» DATA IN THIS EXERCISE:
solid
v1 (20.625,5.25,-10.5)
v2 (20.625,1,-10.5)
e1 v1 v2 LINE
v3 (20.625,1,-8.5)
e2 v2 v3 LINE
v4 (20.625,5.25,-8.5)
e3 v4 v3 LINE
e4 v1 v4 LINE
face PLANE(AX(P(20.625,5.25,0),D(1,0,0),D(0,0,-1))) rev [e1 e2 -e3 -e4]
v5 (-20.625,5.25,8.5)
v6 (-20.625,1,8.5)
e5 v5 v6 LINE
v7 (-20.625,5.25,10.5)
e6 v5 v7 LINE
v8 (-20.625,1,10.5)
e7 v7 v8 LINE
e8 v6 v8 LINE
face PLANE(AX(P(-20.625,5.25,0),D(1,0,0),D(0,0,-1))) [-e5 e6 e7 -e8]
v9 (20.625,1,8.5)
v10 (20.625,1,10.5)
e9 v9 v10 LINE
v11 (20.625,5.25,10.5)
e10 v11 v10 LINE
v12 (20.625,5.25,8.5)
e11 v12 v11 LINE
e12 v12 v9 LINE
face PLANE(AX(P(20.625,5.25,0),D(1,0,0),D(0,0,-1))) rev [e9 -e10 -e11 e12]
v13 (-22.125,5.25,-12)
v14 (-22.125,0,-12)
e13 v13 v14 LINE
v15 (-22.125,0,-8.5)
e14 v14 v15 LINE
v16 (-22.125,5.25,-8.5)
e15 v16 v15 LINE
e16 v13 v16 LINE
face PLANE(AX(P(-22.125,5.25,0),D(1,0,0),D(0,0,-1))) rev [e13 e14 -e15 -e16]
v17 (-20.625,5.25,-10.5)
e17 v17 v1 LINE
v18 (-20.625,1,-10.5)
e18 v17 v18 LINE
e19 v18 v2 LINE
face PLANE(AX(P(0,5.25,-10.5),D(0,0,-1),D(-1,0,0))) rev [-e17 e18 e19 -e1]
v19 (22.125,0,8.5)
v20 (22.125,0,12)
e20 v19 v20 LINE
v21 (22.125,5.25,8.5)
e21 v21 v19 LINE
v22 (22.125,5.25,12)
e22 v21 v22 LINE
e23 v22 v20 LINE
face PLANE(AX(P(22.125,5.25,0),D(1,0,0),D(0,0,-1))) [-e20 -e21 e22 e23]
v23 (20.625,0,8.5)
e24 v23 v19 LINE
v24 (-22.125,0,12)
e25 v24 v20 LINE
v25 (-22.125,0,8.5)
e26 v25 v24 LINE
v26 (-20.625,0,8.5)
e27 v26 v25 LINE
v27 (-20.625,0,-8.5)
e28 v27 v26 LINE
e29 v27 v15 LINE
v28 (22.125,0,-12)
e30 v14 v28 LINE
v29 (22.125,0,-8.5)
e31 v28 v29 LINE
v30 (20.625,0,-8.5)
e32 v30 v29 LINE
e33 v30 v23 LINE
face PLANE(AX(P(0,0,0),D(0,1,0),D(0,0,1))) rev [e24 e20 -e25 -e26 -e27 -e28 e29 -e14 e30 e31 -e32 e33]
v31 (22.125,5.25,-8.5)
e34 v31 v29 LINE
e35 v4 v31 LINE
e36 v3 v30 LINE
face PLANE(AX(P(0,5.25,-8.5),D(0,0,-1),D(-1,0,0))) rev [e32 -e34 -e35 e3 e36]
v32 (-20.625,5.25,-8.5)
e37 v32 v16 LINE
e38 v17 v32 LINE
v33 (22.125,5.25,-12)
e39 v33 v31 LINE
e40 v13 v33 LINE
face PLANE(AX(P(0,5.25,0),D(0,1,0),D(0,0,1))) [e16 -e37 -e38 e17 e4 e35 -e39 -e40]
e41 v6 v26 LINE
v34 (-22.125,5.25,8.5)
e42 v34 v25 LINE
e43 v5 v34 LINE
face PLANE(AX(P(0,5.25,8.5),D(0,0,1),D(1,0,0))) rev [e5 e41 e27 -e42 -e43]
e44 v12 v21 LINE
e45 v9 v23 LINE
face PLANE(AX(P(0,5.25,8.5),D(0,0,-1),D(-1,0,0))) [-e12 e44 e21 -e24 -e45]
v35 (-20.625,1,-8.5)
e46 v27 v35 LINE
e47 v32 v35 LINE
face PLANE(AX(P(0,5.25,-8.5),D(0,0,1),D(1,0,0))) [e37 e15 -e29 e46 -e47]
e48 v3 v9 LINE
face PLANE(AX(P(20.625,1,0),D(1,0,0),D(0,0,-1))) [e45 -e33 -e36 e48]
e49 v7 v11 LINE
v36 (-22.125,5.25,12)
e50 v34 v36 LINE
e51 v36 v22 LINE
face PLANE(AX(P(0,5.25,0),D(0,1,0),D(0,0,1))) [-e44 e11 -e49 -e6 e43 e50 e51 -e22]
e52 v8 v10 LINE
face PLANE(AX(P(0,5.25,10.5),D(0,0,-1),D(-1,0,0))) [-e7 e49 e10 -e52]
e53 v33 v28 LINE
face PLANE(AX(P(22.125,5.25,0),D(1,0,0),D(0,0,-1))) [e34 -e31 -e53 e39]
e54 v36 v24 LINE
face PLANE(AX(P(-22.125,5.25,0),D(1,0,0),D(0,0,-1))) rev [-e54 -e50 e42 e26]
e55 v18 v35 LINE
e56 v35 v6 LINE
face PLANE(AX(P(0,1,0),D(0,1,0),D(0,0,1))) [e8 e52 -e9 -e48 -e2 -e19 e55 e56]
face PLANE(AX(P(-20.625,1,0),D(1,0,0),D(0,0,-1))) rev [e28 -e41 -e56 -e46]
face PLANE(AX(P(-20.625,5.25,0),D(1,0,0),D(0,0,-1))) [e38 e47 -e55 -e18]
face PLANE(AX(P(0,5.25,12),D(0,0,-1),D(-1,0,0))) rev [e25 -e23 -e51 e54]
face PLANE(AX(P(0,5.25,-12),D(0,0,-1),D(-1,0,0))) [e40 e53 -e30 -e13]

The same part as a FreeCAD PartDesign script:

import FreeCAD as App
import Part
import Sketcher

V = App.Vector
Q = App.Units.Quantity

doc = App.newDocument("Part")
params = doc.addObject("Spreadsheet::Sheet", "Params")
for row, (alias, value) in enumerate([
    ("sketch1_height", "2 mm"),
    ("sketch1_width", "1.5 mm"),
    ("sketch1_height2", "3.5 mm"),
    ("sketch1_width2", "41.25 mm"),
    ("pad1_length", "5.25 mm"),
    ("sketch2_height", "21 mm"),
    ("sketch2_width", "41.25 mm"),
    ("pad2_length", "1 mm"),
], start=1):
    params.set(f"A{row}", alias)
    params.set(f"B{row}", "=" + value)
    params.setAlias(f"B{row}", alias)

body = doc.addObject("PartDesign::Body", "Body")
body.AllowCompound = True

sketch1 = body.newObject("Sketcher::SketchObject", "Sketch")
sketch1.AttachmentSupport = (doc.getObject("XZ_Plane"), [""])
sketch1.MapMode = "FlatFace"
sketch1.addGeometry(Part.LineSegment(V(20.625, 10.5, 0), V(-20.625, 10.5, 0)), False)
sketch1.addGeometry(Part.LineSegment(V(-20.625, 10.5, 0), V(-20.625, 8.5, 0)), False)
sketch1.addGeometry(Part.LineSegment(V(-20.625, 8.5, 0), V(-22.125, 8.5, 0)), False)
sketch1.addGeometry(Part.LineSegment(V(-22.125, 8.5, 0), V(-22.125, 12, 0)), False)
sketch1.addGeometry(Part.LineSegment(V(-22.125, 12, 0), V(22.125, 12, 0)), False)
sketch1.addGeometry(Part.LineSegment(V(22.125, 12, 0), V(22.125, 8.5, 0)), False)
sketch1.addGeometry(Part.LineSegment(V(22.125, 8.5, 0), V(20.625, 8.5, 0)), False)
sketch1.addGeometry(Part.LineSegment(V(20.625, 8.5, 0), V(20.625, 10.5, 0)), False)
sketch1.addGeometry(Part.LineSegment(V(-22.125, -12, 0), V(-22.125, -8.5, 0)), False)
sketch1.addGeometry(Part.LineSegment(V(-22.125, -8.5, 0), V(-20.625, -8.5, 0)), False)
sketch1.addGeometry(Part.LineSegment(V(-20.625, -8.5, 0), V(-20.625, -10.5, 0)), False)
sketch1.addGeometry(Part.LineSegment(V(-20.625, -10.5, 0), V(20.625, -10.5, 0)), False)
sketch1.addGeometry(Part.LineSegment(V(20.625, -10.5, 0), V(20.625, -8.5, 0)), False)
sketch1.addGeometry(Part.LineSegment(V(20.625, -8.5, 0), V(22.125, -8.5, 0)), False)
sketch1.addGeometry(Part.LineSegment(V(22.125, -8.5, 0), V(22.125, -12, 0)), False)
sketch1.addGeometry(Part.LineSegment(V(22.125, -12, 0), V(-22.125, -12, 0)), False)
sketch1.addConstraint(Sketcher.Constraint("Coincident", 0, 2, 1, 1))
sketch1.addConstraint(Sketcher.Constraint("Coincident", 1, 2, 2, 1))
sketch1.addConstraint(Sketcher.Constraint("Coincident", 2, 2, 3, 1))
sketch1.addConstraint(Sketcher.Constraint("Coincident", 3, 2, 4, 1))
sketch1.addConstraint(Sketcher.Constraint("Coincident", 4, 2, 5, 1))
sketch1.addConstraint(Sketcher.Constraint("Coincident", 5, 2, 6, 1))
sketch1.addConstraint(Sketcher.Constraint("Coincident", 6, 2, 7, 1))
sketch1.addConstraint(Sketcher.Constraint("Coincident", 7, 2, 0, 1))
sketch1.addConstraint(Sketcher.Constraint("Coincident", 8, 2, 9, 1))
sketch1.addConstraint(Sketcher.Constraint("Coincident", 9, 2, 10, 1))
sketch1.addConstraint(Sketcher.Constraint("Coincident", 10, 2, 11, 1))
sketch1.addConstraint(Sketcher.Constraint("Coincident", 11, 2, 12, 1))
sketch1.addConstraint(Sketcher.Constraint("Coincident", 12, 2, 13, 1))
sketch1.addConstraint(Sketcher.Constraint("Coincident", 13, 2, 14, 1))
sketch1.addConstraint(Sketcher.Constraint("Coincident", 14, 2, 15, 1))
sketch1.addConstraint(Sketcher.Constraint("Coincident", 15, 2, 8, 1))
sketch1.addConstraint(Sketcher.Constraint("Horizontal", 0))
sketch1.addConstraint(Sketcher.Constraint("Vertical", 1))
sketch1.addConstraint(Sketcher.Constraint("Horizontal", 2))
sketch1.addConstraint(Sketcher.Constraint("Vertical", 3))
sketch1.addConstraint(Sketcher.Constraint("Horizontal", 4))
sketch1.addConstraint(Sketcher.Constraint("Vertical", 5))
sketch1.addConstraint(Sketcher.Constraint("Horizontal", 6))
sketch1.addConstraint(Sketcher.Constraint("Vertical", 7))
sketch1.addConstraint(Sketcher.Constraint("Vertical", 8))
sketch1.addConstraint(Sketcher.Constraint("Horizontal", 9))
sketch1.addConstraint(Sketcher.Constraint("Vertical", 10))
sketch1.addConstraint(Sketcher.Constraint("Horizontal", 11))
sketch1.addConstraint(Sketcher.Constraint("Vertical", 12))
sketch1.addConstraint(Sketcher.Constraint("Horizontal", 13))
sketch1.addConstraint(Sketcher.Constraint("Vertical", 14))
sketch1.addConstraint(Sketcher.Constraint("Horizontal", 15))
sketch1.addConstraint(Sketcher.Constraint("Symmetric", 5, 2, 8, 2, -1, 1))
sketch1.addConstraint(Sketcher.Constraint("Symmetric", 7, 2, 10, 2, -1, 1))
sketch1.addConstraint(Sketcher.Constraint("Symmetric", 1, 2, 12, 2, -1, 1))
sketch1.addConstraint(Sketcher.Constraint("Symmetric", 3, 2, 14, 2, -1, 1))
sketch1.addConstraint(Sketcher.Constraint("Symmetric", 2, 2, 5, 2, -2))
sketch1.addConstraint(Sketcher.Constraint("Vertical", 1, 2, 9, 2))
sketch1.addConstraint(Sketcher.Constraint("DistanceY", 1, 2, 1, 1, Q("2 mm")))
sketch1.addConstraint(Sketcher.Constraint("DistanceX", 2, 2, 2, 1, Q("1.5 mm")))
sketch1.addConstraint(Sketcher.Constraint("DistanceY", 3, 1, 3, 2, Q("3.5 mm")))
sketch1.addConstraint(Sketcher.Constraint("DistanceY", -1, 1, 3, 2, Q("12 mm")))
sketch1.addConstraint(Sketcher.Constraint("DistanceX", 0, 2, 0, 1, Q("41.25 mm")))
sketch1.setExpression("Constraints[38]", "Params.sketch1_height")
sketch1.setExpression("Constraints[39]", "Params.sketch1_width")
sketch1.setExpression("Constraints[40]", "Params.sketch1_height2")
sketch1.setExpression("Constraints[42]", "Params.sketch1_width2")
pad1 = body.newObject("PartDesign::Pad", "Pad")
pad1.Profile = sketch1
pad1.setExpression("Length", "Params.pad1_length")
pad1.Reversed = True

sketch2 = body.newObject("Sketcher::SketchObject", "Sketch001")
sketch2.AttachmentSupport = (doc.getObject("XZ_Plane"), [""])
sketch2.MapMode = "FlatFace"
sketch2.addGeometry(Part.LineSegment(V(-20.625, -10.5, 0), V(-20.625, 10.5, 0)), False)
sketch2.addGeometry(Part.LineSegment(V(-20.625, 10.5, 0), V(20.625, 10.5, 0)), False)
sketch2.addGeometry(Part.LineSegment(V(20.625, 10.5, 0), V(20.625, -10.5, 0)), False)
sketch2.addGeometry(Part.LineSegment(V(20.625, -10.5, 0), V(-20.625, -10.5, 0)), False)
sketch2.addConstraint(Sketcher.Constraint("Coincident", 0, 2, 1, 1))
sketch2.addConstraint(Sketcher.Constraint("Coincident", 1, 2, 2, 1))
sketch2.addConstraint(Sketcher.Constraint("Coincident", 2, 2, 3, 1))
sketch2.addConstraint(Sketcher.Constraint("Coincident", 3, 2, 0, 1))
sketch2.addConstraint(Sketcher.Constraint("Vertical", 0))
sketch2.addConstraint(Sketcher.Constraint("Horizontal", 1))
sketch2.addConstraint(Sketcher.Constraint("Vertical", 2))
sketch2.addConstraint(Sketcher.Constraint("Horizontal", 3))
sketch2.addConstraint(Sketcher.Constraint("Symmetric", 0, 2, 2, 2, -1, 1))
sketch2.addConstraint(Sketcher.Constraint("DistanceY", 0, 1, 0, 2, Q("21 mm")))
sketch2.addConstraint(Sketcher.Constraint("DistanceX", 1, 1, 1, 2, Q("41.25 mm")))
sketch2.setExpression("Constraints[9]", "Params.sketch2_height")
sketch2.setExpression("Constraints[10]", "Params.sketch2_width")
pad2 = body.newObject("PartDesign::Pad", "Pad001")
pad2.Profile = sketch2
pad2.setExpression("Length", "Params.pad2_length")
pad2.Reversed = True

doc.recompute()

---

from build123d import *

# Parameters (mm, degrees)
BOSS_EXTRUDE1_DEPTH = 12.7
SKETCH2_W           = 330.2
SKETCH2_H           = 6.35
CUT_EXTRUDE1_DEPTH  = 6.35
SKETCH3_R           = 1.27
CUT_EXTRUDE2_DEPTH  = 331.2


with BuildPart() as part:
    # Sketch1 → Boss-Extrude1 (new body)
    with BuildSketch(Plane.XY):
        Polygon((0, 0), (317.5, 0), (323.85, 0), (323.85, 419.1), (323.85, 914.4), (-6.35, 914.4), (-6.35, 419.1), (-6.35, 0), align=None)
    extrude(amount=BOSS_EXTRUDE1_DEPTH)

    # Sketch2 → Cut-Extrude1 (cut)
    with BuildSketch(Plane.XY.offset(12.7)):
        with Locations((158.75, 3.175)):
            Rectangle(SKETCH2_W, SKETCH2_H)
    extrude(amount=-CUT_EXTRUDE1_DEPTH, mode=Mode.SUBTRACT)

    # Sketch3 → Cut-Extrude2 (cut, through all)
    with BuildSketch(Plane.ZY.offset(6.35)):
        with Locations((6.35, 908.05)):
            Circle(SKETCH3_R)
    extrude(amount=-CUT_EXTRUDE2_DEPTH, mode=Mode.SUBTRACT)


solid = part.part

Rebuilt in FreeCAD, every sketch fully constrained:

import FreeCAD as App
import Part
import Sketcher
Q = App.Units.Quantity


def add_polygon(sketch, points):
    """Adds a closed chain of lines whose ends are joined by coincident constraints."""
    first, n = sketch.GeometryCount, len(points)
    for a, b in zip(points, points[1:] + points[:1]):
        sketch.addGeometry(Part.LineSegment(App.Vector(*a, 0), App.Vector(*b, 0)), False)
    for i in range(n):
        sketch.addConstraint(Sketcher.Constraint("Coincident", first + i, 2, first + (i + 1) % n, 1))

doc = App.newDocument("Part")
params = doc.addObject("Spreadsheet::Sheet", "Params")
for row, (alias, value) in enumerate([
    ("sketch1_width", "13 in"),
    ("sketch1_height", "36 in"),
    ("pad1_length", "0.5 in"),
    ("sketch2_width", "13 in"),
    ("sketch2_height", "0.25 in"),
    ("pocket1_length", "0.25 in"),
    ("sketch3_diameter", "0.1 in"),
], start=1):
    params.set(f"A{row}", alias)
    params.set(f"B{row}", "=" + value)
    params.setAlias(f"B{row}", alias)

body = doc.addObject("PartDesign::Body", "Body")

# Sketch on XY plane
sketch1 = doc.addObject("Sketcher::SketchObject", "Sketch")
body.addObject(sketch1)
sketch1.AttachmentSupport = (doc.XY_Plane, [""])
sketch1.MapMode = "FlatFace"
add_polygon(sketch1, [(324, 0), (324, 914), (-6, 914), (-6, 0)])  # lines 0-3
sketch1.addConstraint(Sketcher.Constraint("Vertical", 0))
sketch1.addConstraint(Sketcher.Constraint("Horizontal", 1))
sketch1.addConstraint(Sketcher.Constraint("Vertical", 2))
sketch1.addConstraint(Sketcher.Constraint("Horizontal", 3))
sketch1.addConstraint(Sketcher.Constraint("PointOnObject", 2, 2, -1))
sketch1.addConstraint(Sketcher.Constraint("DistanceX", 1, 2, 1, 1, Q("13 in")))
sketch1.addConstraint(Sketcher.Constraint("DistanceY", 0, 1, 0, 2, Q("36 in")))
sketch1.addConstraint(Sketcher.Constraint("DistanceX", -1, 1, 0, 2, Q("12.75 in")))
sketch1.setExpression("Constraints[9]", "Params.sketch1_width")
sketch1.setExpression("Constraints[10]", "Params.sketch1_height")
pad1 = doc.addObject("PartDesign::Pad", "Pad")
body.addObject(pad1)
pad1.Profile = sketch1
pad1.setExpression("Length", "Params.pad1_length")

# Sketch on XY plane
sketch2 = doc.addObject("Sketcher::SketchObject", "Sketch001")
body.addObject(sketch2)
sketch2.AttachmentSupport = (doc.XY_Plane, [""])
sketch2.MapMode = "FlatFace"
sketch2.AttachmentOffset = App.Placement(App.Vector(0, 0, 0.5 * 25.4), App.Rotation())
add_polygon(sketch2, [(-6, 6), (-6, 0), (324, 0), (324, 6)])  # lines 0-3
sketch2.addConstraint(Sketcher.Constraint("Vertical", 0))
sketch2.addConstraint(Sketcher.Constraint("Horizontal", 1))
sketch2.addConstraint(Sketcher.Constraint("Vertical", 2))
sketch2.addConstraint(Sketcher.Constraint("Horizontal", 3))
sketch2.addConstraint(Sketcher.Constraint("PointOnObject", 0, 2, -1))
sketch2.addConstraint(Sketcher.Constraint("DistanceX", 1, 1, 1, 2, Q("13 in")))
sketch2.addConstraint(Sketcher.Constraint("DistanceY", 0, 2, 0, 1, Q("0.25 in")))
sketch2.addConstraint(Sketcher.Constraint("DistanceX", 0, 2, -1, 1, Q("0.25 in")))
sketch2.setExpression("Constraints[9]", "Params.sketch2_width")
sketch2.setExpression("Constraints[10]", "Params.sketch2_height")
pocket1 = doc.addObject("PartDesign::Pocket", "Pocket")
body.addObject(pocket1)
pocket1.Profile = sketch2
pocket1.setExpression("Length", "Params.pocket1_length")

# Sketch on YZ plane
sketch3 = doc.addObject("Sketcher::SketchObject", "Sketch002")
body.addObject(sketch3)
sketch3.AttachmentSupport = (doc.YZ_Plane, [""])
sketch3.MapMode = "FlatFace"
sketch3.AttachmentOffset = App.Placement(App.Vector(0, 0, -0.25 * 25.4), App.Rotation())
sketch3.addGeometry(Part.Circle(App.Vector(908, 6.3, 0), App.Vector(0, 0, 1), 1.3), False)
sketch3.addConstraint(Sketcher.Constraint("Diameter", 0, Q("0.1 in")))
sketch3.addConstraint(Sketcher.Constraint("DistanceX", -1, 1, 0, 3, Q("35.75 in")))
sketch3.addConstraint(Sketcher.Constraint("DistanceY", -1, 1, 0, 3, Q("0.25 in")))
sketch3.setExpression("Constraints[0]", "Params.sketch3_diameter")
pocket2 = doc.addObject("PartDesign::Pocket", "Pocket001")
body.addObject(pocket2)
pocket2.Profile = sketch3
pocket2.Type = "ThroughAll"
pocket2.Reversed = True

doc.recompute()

» REQUIRED ACTION: Copy the records above exactly, beginning at the line that contains "v23 (20.625,0,8.5)" and stopping after the line that contains "v33 (22.125,5.25,-12)".

» TASK RESPONSE:
v23 (20.625,0,8.5)
e24 v23 v19 LINE
v24 (-22.125,0,12)
e25 v24 v20 LINE
v25 (-22.125,0,8.5)
e26 v25 v24 LINE
v26 (-20.625,0,8.5)
e27 v26 v25 LINE
v27 (-20.625,0,-8.5)
e28 v27 v26 LINE
e29 v27 v15 LINE
v28 (22.125,0,-12)
e30 v14 v28 LINE
v29 (22.125,0,-8.5)
e31 v28 v29 LINE
v30 (20.625,0,-8.5)
e32 v30 v29 LINE
e33 v30 v23 LINE
face PLANE(AX(P(0,0,0),D(0,1,0),D(0,0,1))) rev [e24 e20 -e25 -e26 -e27 -e28 e29 -e14 e30 e31 -e32 e33]
v31 (22.125,5.25,-8.5)
e34 v31 v29 LINE
e35 v4 v31 LINE
e36 v3 v30 LINE
face PLANE(AX(P(0,5.25,-8.5),D(0,0,-1),D(-1,0,0))) rev [e32 -e34 -e35 e3 e36]
v32 (-20.625,5.25,-8.5)
e37 v32 v16 LINE
e38 v17 v32 LINE
v33 (22.125,5.25,-12)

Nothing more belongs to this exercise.